Obama-Era Google Acquisitions:

  • 2009: Buys AdMob ($750M), solidifying mobile ad dominance.
  • 2010: Buys ITA Software ($700M), expanding into travel search.
  • 2013: Buys Waze ($966M), eliminating a key Maps rival.
  • 2014: Buys Nest Labs ($3.2B), marking entry into smart home devices/data collection.
  • 2014: Buys DeepMind ($500M), laying AI groundwork.

Facebook Acquisitions:

  • 2012: Buys Instagram ($1B) – widely seen as a missed chance to prevent social media monopoly.
  • 2014: Buys WhatsApp ($19B) – privacy groups warned Facebook’s data practices would weaken user protections.
  • 2014: Buys Oculus VR ($2B), gaining VR foothold.

Amazon expanded quietly too, buying Twitch (2014) to enter live streaming, further enriching its ecosystem.

Despite growing concerns, regulatory action grew timid:

  • Google FTC Probe (2011-2013): Investigated biased search results favoring Google’s own services. Internal staff found anti-competitive behavior, but the Commission voted unanimously to close the case. Reports later emerged that the FTC overruled staff recommendations to sue.
  • Facebook Data Practices: FTC required Facebook to honor privacy promises after WhatsApp acquisition but enforcement was weak; Facebook later merged user data.
  • Amazon’s Dominance: Faced no serious antitrust probes during this period despite rapid rise in e-commerce and cloud infrastructure.

This era laid the structural foundation for today’s monopolistic reality. Legal tools for intervention existed but succumbed to a lack of political will.

Why Consumer Interests Took a Backseat to Big Tech
For decades, the “Consumer Welfare Standard” (CWS) has been the primary framework for US antitrust enforcement. Its core idea is simple: if a merger or practice doesn’t raise prices or reduce product quality, it’s not deemed harmful. This model might work for traditional markets but is ill-suited for Big Tech’s operational reality.

Google and Meta don’t rely on charging users; they profit by monetizing attention. In 2024, ads accounted for ~75% of Alphabet’s (Google) ~$350B total revenue (Google Network was only 8.7%). Meta’s ad revenue was $160.6B, making up 96.7% of its total.

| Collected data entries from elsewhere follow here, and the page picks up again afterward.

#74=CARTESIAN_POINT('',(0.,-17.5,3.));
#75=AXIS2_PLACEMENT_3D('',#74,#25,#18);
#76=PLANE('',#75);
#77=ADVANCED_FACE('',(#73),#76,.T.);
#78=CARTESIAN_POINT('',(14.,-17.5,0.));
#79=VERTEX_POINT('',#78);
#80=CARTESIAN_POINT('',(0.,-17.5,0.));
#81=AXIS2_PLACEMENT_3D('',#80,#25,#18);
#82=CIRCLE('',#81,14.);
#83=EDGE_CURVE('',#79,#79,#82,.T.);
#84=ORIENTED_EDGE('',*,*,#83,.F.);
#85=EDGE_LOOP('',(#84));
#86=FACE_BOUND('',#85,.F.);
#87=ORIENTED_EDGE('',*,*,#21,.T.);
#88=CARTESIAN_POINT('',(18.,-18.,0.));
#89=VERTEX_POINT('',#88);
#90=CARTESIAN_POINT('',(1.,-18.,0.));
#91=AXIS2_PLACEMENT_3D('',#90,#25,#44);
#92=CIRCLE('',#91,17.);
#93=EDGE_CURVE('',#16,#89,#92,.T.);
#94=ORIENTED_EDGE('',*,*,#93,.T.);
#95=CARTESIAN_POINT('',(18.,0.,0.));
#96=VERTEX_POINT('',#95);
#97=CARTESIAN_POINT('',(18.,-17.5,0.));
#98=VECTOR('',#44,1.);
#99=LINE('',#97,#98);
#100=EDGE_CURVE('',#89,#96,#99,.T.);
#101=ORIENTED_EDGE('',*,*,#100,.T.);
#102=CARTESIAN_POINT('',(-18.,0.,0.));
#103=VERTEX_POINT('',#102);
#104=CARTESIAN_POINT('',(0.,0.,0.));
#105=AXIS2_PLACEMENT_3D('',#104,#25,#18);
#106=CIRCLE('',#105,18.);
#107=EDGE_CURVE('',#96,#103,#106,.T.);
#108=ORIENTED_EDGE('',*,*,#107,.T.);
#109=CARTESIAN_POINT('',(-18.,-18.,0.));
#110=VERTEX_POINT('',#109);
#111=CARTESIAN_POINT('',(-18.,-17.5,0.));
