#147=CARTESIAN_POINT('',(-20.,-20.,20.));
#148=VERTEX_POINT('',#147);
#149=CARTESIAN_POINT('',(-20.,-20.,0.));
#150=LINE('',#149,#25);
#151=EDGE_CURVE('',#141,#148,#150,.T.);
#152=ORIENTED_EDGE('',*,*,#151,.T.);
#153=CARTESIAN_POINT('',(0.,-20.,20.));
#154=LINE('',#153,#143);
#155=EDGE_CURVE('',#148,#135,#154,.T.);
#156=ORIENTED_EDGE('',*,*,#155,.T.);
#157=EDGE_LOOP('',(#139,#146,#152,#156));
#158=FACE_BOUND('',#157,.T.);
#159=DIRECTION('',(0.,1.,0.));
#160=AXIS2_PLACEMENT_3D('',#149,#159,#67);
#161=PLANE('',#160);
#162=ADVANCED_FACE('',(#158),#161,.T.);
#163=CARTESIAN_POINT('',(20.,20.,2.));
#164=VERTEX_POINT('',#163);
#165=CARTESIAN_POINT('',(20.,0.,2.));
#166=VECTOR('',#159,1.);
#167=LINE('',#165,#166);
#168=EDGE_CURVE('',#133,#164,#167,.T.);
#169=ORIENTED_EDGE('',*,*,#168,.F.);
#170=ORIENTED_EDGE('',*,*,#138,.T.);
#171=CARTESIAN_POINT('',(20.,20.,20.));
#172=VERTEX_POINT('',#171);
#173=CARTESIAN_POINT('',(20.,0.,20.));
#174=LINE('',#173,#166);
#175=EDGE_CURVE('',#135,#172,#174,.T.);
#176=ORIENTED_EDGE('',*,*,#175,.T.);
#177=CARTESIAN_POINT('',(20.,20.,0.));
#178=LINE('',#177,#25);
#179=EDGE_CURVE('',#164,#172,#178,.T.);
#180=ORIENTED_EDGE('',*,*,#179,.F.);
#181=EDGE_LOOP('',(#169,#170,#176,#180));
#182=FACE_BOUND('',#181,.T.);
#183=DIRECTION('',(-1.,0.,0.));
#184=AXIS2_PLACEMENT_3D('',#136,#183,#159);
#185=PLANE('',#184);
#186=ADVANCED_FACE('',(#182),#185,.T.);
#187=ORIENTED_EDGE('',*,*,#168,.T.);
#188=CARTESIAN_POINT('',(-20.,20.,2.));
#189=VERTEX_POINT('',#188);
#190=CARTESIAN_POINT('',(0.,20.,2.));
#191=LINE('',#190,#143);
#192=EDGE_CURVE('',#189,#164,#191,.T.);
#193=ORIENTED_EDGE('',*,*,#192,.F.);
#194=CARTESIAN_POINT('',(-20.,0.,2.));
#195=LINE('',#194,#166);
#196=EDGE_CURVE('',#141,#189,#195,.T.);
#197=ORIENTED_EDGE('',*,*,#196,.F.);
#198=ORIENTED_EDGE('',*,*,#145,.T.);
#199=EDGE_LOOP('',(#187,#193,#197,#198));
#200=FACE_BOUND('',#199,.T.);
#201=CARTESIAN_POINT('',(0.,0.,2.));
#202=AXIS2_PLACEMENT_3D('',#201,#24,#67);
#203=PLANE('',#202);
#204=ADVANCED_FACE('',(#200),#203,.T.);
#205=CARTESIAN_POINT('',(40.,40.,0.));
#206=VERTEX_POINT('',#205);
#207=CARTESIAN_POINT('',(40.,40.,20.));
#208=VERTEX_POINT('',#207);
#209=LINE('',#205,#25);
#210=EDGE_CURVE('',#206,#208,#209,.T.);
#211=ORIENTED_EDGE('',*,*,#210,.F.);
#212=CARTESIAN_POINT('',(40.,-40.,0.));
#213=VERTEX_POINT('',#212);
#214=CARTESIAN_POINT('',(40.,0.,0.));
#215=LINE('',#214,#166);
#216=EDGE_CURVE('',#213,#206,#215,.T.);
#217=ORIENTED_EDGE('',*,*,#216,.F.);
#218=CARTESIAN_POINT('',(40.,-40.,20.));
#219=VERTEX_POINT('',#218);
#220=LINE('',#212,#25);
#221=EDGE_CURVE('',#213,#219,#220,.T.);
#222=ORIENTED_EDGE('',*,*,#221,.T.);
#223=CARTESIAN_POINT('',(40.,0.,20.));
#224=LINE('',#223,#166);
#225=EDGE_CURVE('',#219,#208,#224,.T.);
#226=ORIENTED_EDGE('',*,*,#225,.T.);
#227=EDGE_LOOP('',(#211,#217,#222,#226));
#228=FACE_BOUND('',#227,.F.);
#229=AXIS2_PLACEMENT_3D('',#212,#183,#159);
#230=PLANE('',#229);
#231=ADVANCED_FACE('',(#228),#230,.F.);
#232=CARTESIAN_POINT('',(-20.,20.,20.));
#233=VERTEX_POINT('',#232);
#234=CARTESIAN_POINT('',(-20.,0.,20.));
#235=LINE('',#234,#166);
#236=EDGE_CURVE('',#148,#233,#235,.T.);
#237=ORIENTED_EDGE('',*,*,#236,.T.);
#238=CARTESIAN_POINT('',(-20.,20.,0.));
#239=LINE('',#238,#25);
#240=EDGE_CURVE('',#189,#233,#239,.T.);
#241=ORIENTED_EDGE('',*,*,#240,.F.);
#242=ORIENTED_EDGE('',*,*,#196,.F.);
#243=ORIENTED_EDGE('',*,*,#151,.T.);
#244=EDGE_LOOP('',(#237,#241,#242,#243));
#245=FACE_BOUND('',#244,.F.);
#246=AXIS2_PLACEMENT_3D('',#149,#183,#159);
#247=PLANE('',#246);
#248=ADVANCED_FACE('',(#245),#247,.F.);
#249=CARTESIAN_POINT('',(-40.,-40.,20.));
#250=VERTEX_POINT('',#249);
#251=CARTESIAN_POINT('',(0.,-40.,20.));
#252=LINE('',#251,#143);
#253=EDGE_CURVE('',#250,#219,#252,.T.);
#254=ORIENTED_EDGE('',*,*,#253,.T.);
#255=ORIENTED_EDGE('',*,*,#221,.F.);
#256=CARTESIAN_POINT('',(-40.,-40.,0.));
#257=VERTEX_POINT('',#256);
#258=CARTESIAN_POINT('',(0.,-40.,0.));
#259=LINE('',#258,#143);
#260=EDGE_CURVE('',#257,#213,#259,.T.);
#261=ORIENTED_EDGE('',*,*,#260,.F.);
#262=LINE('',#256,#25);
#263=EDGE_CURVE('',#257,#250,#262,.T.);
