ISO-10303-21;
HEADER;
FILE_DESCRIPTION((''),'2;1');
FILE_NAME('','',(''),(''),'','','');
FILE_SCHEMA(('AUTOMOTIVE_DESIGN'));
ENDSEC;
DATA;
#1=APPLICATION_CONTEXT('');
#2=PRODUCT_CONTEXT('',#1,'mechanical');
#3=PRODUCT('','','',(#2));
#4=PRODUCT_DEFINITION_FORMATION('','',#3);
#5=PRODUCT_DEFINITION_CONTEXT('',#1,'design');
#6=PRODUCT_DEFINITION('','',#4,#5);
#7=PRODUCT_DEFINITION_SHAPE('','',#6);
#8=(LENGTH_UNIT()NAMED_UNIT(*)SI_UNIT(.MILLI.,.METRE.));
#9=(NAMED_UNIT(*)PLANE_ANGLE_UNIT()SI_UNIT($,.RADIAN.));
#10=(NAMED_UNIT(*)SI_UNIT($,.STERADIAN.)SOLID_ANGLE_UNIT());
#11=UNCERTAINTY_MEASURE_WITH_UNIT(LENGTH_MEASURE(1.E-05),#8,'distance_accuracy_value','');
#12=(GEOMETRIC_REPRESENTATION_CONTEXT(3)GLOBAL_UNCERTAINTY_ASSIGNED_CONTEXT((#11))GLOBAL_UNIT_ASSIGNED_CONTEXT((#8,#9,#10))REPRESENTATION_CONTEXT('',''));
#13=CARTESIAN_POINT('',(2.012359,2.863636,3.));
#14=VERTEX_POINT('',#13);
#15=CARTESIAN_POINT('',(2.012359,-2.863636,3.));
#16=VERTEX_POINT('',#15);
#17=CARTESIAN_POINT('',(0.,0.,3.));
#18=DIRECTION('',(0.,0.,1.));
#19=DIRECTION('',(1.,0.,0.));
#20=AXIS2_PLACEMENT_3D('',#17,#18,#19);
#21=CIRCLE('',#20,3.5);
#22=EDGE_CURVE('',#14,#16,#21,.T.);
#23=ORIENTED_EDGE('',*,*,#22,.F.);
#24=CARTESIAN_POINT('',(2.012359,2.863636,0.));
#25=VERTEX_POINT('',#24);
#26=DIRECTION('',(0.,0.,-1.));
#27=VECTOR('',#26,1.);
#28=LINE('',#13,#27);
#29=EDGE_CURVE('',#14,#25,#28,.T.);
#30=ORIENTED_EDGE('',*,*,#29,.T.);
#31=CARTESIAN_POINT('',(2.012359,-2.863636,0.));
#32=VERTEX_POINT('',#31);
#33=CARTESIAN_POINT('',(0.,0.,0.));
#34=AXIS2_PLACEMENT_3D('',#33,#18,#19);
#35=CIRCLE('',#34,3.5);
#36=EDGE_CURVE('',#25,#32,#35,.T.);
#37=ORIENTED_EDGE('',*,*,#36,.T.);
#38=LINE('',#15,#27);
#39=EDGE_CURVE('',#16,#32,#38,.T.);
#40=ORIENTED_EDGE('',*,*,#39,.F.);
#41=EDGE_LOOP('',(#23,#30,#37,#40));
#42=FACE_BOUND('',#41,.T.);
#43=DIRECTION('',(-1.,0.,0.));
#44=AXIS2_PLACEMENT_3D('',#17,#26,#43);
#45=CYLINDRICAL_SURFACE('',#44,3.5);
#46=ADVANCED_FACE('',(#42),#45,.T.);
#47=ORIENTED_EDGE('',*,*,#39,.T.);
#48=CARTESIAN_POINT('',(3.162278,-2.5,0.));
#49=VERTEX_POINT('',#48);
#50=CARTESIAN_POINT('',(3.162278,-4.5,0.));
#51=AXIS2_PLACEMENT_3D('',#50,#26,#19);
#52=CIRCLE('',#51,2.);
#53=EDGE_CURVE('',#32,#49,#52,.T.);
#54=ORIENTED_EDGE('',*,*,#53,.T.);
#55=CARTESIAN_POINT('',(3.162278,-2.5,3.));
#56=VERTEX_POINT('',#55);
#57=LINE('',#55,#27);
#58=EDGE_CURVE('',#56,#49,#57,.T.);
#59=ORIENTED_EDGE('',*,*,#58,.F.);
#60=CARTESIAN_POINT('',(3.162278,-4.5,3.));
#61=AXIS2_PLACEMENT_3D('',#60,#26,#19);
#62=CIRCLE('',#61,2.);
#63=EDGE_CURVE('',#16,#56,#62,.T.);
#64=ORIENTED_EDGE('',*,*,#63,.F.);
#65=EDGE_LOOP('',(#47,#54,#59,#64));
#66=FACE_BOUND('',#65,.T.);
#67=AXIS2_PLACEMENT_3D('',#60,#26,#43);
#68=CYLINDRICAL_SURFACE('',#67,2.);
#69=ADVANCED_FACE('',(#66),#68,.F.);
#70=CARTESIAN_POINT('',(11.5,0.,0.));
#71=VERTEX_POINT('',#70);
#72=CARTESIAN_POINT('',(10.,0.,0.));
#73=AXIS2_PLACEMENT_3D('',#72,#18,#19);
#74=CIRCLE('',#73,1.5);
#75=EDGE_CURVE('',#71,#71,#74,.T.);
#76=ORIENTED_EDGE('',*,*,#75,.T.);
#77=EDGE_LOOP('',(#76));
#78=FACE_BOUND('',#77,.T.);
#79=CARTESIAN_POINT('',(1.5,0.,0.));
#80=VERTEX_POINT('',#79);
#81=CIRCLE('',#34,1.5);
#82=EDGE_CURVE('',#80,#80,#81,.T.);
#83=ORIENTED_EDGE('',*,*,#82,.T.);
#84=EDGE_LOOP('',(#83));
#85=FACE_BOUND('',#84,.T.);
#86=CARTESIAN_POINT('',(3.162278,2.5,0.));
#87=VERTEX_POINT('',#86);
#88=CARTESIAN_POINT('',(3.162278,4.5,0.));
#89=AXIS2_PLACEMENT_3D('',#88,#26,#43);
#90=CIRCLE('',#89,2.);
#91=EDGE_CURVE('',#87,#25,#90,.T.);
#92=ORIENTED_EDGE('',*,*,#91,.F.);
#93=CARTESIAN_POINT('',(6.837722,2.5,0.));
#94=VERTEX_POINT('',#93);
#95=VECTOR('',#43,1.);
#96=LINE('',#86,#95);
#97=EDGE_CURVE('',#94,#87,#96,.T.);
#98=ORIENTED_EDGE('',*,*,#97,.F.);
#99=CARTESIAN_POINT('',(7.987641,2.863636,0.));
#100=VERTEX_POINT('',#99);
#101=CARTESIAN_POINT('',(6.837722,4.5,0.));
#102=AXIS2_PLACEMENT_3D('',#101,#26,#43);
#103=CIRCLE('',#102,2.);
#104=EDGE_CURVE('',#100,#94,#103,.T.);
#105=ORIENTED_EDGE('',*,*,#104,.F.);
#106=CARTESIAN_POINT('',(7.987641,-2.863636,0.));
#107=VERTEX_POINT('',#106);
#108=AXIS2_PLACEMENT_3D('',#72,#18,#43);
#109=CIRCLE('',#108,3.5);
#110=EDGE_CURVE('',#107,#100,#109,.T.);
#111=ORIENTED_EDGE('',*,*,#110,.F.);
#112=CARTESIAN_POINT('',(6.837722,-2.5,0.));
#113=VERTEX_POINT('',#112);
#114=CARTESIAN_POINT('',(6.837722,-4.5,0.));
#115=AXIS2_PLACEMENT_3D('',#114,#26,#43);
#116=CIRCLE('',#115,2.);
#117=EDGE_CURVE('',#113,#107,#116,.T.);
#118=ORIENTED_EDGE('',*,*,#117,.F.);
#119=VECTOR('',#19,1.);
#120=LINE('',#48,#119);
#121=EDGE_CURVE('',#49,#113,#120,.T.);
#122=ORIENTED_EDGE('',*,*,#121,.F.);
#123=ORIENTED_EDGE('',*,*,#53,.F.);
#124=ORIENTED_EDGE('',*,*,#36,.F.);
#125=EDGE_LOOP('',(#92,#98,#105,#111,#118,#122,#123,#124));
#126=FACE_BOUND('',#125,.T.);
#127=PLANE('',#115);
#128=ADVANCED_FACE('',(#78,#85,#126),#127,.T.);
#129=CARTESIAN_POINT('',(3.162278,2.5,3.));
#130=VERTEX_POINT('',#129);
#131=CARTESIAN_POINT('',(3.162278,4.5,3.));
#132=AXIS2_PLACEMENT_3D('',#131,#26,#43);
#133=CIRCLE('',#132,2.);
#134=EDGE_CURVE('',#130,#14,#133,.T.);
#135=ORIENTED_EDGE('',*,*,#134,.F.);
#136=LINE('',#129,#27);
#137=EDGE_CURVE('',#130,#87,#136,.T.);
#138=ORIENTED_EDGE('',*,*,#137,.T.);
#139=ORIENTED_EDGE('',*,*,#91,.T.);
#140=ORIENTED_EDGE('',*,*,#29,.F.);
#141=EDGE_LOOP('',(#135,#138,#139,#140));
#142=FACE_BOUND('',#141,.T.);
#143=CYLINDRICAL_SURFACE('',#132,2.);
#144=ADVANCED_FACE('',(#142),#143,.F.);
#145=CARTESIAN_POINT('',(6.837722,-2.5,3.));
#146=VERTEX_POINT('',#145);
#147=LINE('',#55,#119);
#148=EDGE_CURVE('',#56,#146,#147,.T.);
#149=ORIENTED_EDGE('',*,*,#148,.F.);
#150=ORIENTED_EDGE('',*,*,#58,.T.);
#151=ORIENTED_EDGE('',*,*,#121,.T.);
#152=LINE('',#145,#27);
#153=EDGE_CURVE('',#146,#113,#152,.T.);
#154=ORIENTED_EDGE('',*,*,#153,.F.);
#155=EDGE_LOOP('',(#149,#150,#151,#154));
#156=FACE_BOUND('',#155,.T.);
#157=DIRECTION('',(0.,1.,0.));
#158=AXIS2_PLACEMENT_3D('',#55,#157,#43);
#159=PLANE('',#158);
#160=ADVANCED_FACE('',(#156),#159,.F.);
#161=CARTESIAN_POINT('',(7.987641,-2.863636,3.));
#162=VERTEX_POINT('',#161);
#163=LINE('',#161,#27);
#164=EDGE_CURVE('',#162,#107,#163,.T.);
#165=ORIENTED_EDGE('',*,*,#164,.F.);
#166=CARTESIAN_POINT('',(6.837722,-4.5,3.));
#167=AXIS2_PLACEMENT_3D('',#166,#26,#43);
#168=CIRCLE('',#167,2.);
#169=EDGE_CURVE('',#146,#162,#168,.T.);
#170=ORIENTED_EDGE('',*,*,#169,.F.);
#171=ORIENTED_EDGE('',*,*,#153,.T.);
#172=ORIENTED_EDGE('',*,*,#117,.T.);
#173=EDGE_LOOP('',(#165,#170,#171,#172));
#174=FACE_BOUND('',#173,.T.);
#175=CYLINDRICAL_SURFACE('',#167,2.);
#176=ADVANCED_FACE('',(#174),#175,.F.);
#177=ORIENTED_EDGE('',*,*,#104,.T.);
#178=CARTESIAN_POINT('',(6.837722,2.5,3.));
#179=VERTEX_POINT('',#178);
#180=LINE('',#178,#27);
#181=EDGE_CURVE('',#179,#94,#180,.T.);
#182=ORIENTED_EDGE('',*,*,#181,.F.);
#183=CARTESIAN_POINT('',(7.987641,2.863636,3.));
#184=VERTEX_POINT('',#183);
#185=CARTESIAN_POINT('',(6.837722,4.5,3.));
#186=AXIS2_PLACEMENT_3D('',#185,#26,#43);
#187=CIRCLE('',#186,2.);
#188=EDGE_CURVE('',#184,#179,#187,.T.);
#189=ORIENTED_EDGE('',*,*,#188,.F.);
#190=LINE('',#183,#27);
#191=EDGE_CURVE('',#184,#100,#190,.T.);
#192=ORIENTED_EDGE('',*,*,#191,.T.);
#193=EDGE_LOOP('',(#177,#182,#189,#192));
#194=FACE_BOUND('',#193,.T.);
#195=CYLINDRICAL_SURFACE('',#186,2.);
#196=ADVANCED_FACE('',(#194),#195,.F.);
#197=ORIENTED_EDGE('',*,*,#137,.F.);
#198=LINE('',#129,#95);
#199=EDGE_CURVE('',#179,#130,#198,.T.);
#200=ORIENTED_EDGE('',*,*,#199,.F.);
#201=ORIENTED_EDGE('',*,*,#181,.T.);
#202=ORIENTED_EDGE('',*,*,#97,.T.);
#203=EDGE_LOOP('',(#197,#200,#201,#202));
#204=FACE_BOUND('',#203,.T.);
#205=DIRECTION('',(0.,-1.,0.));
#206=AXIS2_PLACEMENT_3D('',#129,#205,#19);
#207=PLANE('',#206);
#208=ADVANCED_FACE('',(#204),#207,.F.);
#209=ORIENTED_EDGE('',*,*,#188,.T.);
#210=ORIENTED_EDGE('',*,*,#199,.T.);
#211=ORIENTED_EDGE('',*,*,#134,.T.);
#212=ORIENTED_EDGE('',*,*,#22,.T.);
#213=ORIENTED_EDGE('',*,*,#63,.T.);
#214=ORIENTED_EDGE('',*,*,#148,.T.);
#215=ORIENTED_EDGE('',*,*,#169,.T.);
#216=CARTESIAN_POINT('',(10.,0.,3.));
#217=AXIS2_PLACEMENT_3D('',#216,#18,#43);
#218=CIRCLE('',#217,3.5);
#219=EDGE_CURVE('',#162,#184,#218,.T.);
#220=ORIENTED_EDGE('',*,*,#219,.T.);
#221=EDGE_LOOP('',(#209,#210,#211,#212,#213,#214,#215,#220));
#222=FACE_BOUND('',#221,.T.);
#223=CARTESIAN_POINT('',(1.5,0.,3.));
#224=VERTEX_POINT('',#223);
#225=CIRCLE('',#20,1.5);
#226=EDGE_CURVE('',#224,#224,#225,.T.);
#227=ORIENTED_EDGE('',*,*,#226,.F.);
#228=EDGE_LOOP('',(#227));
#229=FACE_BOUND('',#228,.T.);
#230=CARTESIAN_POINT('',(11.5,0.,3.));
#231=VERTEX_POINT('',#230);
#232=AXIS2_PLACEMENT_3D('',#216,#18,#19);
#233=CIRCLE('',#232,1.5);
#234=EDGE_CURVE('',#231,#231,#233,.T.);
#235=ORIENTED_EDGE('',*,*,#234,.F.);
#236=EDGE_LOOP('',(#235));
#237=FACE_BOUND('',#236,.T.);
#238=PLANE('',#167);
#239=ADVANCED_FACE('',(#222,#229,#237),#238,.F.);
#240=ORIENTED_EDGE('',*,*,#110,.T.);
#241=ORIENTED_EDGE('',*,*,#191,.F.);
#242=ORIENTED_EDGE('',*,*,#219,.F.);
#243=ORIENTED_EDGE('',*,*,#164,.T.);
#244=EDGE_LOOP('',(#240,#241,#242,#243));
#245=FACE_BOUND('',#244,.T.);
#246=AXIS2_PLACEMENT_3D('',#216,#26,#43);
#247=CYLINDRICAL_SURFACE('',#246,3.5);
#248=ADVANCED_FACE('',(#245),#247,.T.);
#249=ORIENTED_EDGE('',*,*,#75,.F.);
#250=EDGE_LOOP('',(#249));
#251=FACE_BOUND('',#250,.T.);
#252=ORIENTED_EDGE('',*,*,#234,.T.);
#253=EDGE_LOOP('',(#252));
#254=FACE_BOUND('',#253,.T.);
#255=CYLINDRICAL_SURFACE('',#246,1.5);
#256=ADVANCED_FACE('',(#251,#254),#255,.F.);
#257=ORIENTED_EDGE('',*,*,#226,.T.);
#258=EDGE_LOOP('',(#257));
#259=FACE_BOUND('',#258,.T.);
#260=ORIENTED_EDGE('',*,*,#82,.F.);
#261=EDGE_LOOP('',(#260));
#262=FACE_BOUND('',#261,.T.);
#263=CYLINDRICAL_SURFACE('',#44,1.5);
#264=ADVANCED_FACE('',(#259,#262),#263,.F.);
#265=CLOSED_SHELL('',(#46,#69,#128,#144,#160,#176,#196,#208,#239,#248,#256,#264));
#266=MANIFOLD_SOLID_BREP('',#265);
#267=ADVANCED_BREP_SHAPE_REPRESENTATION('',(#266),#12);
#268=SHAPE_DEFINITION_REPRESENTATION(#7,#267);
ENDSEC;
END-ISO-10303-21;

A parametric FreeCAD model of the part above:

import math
import FreeCAD as App
import Part
import Sketcher
from FreeCAD import Vector
Q = App.Units.Quantity

doc = App.newDocument("Part")
body = doc.addObject("PartDesign::Body", "Body")

sketch1 = body.newObject("Sketcher::SketchObject", "Sketch")
sketch1.AttachmentSupport = (doc.getObject("XY_Plane"), [""])
sketch1.MapMode = "FlatFace"
sketch1.addGeometry(Part.LineSegment(Vector(6.8, 2.5, 0), Vector(3.2, 2.5, 0)), False)
sketch1.addGeometry(Part.ArcOfCircle(Part.Circle(Vector(3.2, 4.5, 0), Vector(0, 0, 1), 2), math.radians(-125), math.radians(-90)), False)
sketch1.addGeometry(Part.ArcOfCircle(Part.Circle(Vector(0, 0, 0), Vector(0, 0, 1), 3.5), math.radians(55), math.radians(305)), False)
sketch1.addGeometry(Part.ArcOfCircle(Part.Circle(Vector(3.2, -4.5, 0), Vector(0, 0, 1), 2), math.radians(90), math.radians(125)), False)
sketch1.addGeometry(Part.LineSegment(Vector(3.2, -2.5, 0), Vector(6.8, -2.5, 0)), False)
sketch1.addGeometry(Part.ArcOfCircle(Part.Circle(Vector(6.8, -4.5, 0), Vector(0, 0, 1), 2), math.radians(55), math.radians(90)), False)
sketch1.addGeometry(Part.ArcOfCircle(Part.Circle(Vector(10, 0, 0), Vector(0, 0, 1), 3.5), math.radians(-125), math.radians(125)), False)
sketch1.addGeometry(Part.ArcOfCircle(Part.Circle(Vector(6.8, 4.5, 0), Vector(0, 0, 1), 2), math.radians(-90), math.radians(-55)), False)
sketch1.addGeometry(Part.Circle(Vector(10, 0, 0), Vector(0, 0, 1), 1.5), False)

Regulators made a fundamental error: assuming the public are “consumers.” Superficially, it makes sense – users use the platforms. But this assumption ignores the business model’s essence.

In reality, users are not the direct customers; they are the inventory (or “exploitable user base”?) in Big Tech’s eyes. In this model, user data is the product, and advertisers are the true consumers. These companies use “freemium” and loss-leader strategies to attract users en masse, not to earn subscription fees, but to harvest attention and behavioral data. This data is then used for targeted ads, training AI models, optimizing engagement – maximizing profits for advertisers.

Because the service remains “free,” traditional antitrust enforcement focused on price and market efficiency sees no harm. This blind spot allowed Big Tech to expand unchecked. Regulators saw no price increases, so they took no action – even as these firms crushed competitors, acquired userbases, and entered adjacent markets. Legal tools for intervention existed, but the interpretive framework was built for a market that no longer existed.

Nevertheless, the coordinated legal, administrative, and regulatory push of recent years represents the most significant challenge Big Tech has faced in decades. Whether it will lead to fundamental change remains to be seen.